**Task instructions:** The entries below contain a stretch that opens with the line containing "v 22.627 2.627 0.1" and closes with the line containing "v -30.909 -11.718 0.1"; set down that stretch exactly, both ends included, and nothing else.

*** Opening of Dataset entries ***

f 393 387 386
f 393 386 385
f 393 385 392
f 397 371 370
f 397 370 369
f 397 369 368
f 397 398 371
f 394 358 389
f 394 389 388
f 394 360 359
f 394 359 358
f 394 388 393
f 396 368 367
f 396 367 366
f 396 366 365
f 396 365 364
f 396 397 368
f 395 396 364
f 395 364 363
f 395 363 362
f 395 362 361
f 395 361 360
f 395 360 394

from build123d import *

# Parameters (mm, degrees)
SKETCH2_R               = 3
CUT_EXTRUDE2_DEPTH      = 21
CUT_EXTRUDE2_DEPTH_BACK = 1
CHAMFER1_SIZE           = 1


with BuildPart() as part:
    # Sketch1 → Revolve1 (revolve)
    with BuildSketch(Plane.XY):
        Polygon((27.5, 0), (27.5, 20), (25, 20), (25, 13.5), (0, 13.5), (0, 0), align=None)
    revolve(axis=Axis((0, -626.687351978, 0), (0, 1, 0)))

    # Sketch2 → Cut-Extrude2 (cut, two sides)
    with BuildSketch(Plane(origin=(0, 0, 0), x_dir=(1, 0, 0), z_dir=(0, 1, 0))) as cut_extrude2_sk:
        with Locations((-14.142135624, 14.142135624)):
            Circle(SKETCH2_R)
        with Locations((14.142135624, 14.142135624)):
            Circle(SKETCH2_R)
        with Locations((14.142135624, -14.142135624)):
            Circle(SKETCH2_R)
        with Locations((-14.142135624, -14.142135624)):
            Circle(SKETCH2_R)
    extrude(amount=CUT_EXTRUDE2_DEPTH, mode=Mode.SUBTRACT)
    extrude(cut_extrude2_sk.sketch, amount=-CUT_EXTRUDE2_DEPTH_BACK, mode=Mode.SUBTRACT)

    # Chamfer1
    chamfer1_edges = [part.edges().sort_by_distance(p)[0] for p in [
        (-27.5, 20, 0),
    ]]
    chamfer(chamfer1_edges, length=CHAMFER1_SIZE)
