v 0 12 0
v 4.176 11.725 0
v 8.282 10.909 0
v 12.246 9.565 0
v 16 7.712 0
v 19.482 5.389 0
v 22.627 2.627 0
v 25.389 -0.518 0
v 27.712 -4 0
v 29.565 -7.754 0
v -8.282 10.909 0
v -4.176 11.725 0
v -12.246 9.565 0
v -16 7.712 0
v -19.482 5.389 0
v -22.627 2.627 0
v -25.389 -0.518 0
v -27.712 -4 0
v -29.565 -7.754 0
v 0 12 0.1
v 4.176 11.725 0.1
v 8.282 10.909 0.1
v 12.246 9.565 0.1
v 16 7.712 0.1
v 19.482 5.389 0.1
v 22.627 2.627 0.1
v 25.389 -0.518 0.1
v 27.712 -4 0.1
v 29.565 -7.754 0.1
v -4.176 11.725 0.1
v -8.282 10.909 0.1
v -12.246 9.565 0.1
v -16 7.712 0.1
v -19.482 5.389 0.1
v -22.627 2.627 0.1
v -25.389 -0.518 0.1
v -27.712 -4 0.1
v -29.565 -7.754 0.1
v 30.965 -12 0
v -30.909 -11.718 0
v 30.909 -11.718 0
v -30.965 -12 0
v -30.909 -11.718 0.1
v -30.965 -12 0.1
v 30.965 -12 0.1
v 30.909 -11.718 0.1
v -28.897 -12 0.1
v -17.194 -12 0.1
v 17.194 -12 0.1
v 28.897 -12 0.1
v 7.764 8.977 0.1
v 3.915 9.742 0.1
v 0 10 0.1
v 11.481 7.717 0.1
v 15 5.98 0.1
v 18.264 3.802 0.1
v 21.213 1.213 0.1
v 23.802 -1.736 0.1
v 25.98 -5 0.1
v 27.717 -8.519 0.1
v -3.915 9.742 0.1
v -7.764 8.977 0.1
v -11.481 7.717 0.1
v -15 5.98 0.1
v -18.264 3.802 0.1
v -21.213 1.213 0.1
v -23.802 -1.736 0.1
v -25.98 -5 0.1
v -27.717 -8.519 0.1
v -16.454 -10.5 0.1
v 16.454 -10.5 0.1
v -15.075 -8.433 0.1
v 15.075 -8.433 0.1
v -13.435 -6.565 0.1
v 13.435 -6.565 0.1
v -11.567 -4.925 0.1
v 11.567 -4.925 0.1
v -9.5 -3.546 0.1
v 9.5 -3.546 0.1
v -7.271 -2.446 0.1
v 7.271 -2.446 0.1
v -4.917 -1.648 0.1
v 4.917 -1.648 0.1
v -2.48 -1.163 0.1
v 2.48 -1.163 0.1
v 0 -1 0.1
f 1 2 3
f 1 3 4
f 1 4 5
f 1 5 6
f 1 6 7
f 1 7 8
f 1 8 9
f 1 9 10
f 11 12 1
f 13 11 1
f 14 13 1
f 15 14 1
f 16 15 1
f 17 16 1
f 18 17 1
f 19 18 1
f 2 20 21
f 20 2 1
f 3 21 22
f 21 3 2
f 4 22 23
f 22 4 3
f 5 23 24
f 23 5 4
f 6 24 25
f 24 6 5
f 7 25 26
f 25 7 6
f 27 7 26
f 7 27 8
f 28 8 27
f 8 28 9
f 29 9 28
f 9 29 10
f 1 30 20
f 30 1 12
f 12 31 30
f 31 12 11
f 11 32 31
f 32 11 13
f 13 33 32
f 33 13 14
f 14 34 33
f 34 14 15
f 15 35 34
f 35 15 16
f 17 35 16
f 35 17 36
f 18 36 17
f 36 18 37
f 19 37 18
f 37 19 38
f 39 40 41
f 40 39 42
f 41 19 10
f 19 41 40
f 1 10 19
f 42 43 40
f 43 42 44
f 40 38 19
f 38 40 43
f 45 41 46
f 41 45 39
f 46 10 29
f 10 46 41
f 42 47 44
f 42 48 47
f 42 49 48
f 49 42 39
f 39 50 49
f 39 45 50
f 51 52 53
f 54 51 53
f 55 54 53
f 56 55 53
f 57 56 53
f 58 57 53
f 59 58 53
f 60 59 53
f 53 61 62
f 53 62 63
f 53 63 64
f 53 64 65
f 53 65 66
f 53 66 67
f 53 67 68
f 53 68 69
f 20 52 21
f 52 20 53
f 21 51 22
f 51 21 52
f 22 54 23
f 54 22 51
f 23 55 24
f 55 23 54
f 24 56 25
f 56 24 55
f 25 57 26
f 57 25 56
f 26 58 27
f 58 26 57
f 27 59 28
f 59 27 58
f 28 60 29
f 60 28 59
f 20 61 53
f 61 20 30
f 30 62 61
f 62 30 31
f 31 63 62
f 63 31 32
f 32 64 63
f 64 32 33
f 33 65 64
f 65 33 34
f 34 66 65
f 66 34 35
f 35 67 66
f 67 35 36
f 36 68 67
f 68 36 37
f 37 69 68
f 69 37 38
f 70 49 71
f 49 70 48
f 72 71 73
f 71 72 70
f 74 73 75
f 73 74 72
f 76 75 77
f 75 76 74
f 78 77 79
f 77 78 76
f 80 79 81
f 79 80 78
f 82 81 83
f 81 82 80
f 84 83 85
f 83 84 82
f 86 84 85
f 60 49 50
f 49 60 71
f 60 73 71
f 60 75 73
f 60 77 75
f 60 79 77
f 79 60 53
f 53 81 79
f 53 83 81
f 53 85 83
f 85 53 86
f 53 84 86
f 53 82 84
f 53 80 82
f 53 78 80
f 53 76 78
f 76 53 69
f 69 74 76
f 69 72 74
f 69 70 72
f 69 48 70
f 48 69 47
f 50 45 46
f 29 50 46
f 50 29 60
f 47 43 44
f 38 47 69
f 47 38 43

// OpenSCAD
// file: ../p/48/3-16ring15.scad
use <../../lib.scad>
function ldraw_lib__48__3_16ring15() = [
// 0 Hi-Res Ring 15 x 0.1875
// 0 Name: 48\3-16ring15.dat
// 0 Author: Massimo Maso [Sirio]
// 0 !LDRAW_ORG 48_Primitive UPDATE 2023-04
// 0 !LICENSE Licensed under CC BY 4.0 : see CAreadme.txt
// 
// 0 BFC CERTIFY CCW
  [0,"BFC","CERTIFY"],
  [0,"BFC","CCW"],
// 
// 0 !HISTORY 2023-08-25 [OrionP] Official Update 2023-04
// 
// 
// 4 16 16 0 0 15.8624 0 2.088 14.871 0 1.9575 15 0 0
  [4,16,16,0,0,15.8624,0,2.088,14.871,0,1.9575,15,0,0],
// 4 16 15.8624 0 2.088 15.4544 0 4.1408 14.4885 0 3.882 14.871 0 1.9575
  [4,16,15.8624,0,2.088,15.4544,0,4.1408,14.4885,0,3.882,14.871,0,1.9575],
// 4 16 15.4544 0 4.1408 14.7824 0 6.1232 13.8585 0 5.7405 14.4885 0 3.882
  [4,16,15.4544,0,4.1408,14.7824,0,6.1232,13.8585,0,5.7405,14.4885,0,3.882],
// 4 16 14.7824 0 6.1232 13.856 0 8 12.99 0 7.5 13.8585 0 5.7405
  [4,16,14.7824,0,6.1232,13.856,0,8,12.99,0,7.5,13.8585,0,5.7405],
// 4 16 13.856 0 8 12.6944 0 9.7408 11.901 0 9.132 12.99 0 7.5
  [4,16,13.856,0,8,12.6944,0,9.7408,11.901,0,9.132,12.99,0,7.5],
// 4 16 12.6944 0 9.7408 11.3136 0 11.3136 10.6065 0 10.6065 11.901 0 9.132
  [4,16,12.6944,0,9.7408,11.3136,0,11.3136,10.6065,0,10.6065,11.901,0,9.132],
// 4 16 11.3136 0 11.3136 9.7408 0 12.6944 9.132 0 11.901 10.6065 0 10.6065
  [4,16,11.3136,0,11.3136,9.7408,0,12.6944,9.132,0,11.901,10.6065,0,10.6065],
// 4 16 9.7408 0 12.6944 8 0 13.856 7.5 0 12.99 9.132 0 11.901
  [4,16,9.7408,0,12.6944,8,0,13.856,7.5,0,12.99,9.132,0,11.901],
// 4 16 8 0 13.856 6.1232 0 14.7824 5.7405 0 13.8585 7.5 0 12.99
  [4,16,8,0,13.856,6.1232,0,14.7824,5.7405,0,13.8585,7.5,0,12.99],
// 0 // Build by Primitive Generator 2
];
module ldraw_lib__48__3_16ring15(step=0, col=false, unit=2/5, alt=false, line=0.2, solid=!$preview)
    makepoly(ldraw_lib__48__3_16ring15(), step=step, col=col, unit=unit, alt=alt, line=line, solid=solid);
ldraw_lib__48__3_16ring15(line=0.2);
// file: ../p/48/3-16cyli.scad
use <../../lib.scad>
function ldraw_lib__48__3_16cyli() = [
// 0 Hi-Res Cylinder 0.1875
// 0 Name: 48\3-16cyli.dat
// 0 Author: Mark Kennedy [mkennedy]
// 0 !LDRAW_ORG 48_Primitive UPDATE 2012-02
// 0 !LICENSE Licensed under CC BY 4.0 : see CAreadme.txt
// 
// 0 BFC CERTIFY CCW
  [0,"BFC","CERTIFY"],
  [0,"BFC","CCW"],
// 
// 0 !HISTORY 2002-02-28 [hafhead] Added BFC statement
// 0 !HISTORY 2004-04-22 [PTadmin] Official Update 2004-02
// 0 !HISTORY 2007-06-24 [PTadmin] Header formatted for Contributor Agreement
// 0 !HISTORY 2008-07-01 [PTadmin] Official Update 2008-01
// 0 !HISTORY 2012-02-27 [Philo] Changed to CCW
// 0 !HISTORY 2012-08-09 [PTadmin] Official Update 2012-02
// 
// 
// 5 24 1 0 0 1 1 0 0.9914 0 0.1305 1 0 -1
  [5,24,1,0,0,1,1,0,0.9914,0,0.1305,1,0,-1],
// 5 24 0.9914 0 0.1305 0.9914 1 0.1305 0.9659 0 0.2588 1 0 0
  [5,24,0.9914,0,0.1305,0.9914,1,0.1305,0.9659,0,0.2588,1,0,0],
// 5 24 0.9659 0 0.2588 0.9659 1 0.2588 0.9239 0 0.3827 0.9914 0 0.1305
  [5,24,0.9659,0,0.2588,0.9659,1,0.2588,0.9239,0,0.3827,0.9914,0,0.1305],
// 5 24 0.9239 0 0.3827 0.9239 1 0.3827 0.866 0 0.5 0.9659 0 0.2588
  [5,24,0.9239,0,0.3827,0.9239,1,0.3827,0.866,0,0.5,0.9659,0,0.2588],
// 5 24 0.866 0 0.5 0.866 1 0.5 0.7934 0 0.6088 0.9239 0 0.3827
  [5,24,0.866,0,0.5,0.866,1,0.5,0.7934,0,0.6088,0.9239,0,0.3827],
// 5 24 0.7934 0 0.6088 0.7934 1 0.6088 0.7071 0 0.7071 0.866 0 0.5
  [5,24,0.7934,0,0.6088,0.7934,1,0.6088,0.7071,0,0.7071,0.866,0,0.5],
// 5 24 0.7071 0 0.7071 0.7071 1 0.7071 0.6088 0 0.7934 0.7934 0 0.6088
  [5,24,0.7071,0,0.7071,0.7071,1,0.7071,0.6088,0,0.7934,0.7934,0,0.6088],
// 5 24 0.6088 0 0.7934 0.6088 1 0.7934 0.5 0 0.866 0.7071 0 0.7071
  [5,24,0.6088,0,0.7934,0.6088,1,0.7934,0.5,0,0.866,0.7071,0,0.7071],
// 5 24 0.5 0 0.866 0.5 1 0.866 0.3827 0 0.9239 0.6088 0 0.7934
  [5,24,0.5,0,0.866,0.5,1,0.866,0.3827,0,0.9239,0.6088,0,0.7934],
// 5 24 0.3827 0 0.9239 0.3827 1 0.9239 0.2588 0 0.9659 0.5 0 0.866
  [5,24,0.3827,0,0.9239,0.3827,1,0.9239,0.2588,0,0.9659,0.5,0,0.866],
// 
// 4 16 1 1 0 0.9914 1 0.1305 0.9914 0 0.1305 1 0 0
  [4,16,1,1,0,0.9914,1,0.1305,0.9914,0,0.1305,1,0,0],
// 4 16 0.9914 1 0.1305 0.9659 1 0.2588 0.9659 0 0.2588 0.9914 0 0.1305
  [4,16,0.9914,1,0.1305,0.9659,1,0.2588,0.9659,0,0.2588,0.9914,0,0.1305],
// 4 16 0.9659 1 0.2588 0.9239 1 0.3827 0.9239 0 0.3827 0.9659 0 0.2588
  [4,16,0.9659,1,0.2588,0.9239,1,0.3827,0.9239,0,0.3827,0.9659,0,0.2588],
// 4 16 0.9239 1 0.3827 0.866 1 0.5 0.866 0 0.5 0.9239 0 0.3827
  [4,16,0.9239,1,0.3827,0.866,1,0.5,0.866,0,0.5,0.9239,0,0.3827],
// 4 16 0.866 1 0.5 0.7934 1 0.6088 0.7934 0 0.6088 0.866 0 0.5
  [4,16,0.866,1,0.5,0.7934,1,0.6088,0.7934,0,0.6088,0.866,0,0.5],
// 4 16 0.7934 1 0.6088 0.7071 1 0.7071 0.7071 0 0.7071 0.7934 0 0.6088
  [4,16,0.7934,1,0.6088,0.7071,1,0.7071,0.7071,0,0.7071,0.7934,0,0.6088],
// 4 16 0.7071 1 0.7071 0.6088 1 0.7934 0.6088 0 0.7934 0.7071 0 0.7071
  [4,16,0.7071,1,0.7071,0.6088,1,0.7934,0.6088,0,0.7934,0.7071,0,0.7071],
// 4 16 0.6088 1 0.7934 0.5 1 0.866 0.5 0 0.866 0.6088 0 0.7934
  [4,16,0.6088,1,0.7934,0.5,1,0.866,0.5,0,0.866,0.6088,0,0.7934],
// 4 16 0.5 1 0.866 0.3827 1 0.9239 0.3827 0 0.9239 0.5 0 0.866
  [4,16,0.5,1,0.866,0.3827,1,0.9239,0.3827,0,0.9239,0.5,0,0.866],
];
module ldraw_lib__48__3_16cyli(step=0, col=false, unit=2/5, alt=false, line=0.2, solid=!$preview)
    makepoly(ldraw_lib__48__3_16cyli(), step=step, col=col, unit=unit, alt=alt, line=line, solid=solid);
ldraw_lib__48__3_16cyli(line=0.2);
// file: ../p/48/3-16chrd.scad
use <../../lib.scad>
function ldraw_lib__48__3_16chrd() = [
// 0 Hi-Res Chord 0.1875
// 0 Name: 48\3-16chrd.dat
// 0 Author: Magnus Forsberg [MagFors]
// 0 !LDRAW_ORG 48_Primitive UPDATE 2011-02
// 0 !LICENSE Licensed under CC BY 4.0 : see CAreadme.txt
// 
// 0 BFC CERTIFY CCW
  [0,"BFC","CERTIFY"],
  [0,"BFC","CCW"],
// 
// 0 !HISTORY 2011-12-29 [PTadmin] Official Update 2011-02
// 
// 
// 3 16 1 0 0 0.9914 0 0.1305 0.9659 0 0.2588
  [3,16,1,0,0,0.9914,0,0.1305,0.9659,0,0.2588],
// 3 16 1 0 0 0.9659 0 0.2588 0.9239 0 0.3827
  [3,16,1,0,0,0.9659,0,0.2588,0.9239,0,0.3827],
// 3 16 1 0 0 0.9239 0 0.3827 0.866 0 0.5
  [3,16,1,0,0,0.9239,0,0.3827,0.866,0,0.5],
// 3 16 1 0 0 0.866 0 0.5 0.7934 0 0.6088
  [3,16,1,0,0,0.866,0,0.5,0.7934,0,0.6088],
// 3 16 1 0 0 0.7934 0 0.6088 0.7071 0 0.7071
  [3,16,1,0,0,0.7934,0,0.6088,0.7071,0,0.7071],
// 3 16 1 0 0 0.7071 0 0.7071 0.6088 0 0.7934
  [3,16,1,0,0,0.7071,0,0.7071,0.6088,0,0.7934],
// 3 16 1 0 0 0.6088 0 0.7934 0.5 0 0.866
  [3,16,1,0,0,0.6088,0,0.7934,0.5,0,0.866],
// 3 16 1 0 0 0.5 0 0.866 0.3827 0 0.9239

*** Close of Dataset entries ***

**Result below:**
v 22.627 2.627 0.1
v 25.389 -0.518 0.1
v 27.712 -4 0.1
v 29.565 -7.754 0.1
v -4.176 11.725 0.1
v -8.282 10.909 0.1
v -12.246 9.565 0.1
v -16 7.712 0.1
v -19.482 5.389 0.1
v -22.627 2.627 0.1
v -25.389 -0.518 0.1
v -27.712 -4 0.1
v -29.565 -7.754 0.1
v 30.965 -12 0
v -30.909 -11.718 0
v 30.909 -11.718 0
v -30.965 -12 0
v -30.909 -11.718 0.1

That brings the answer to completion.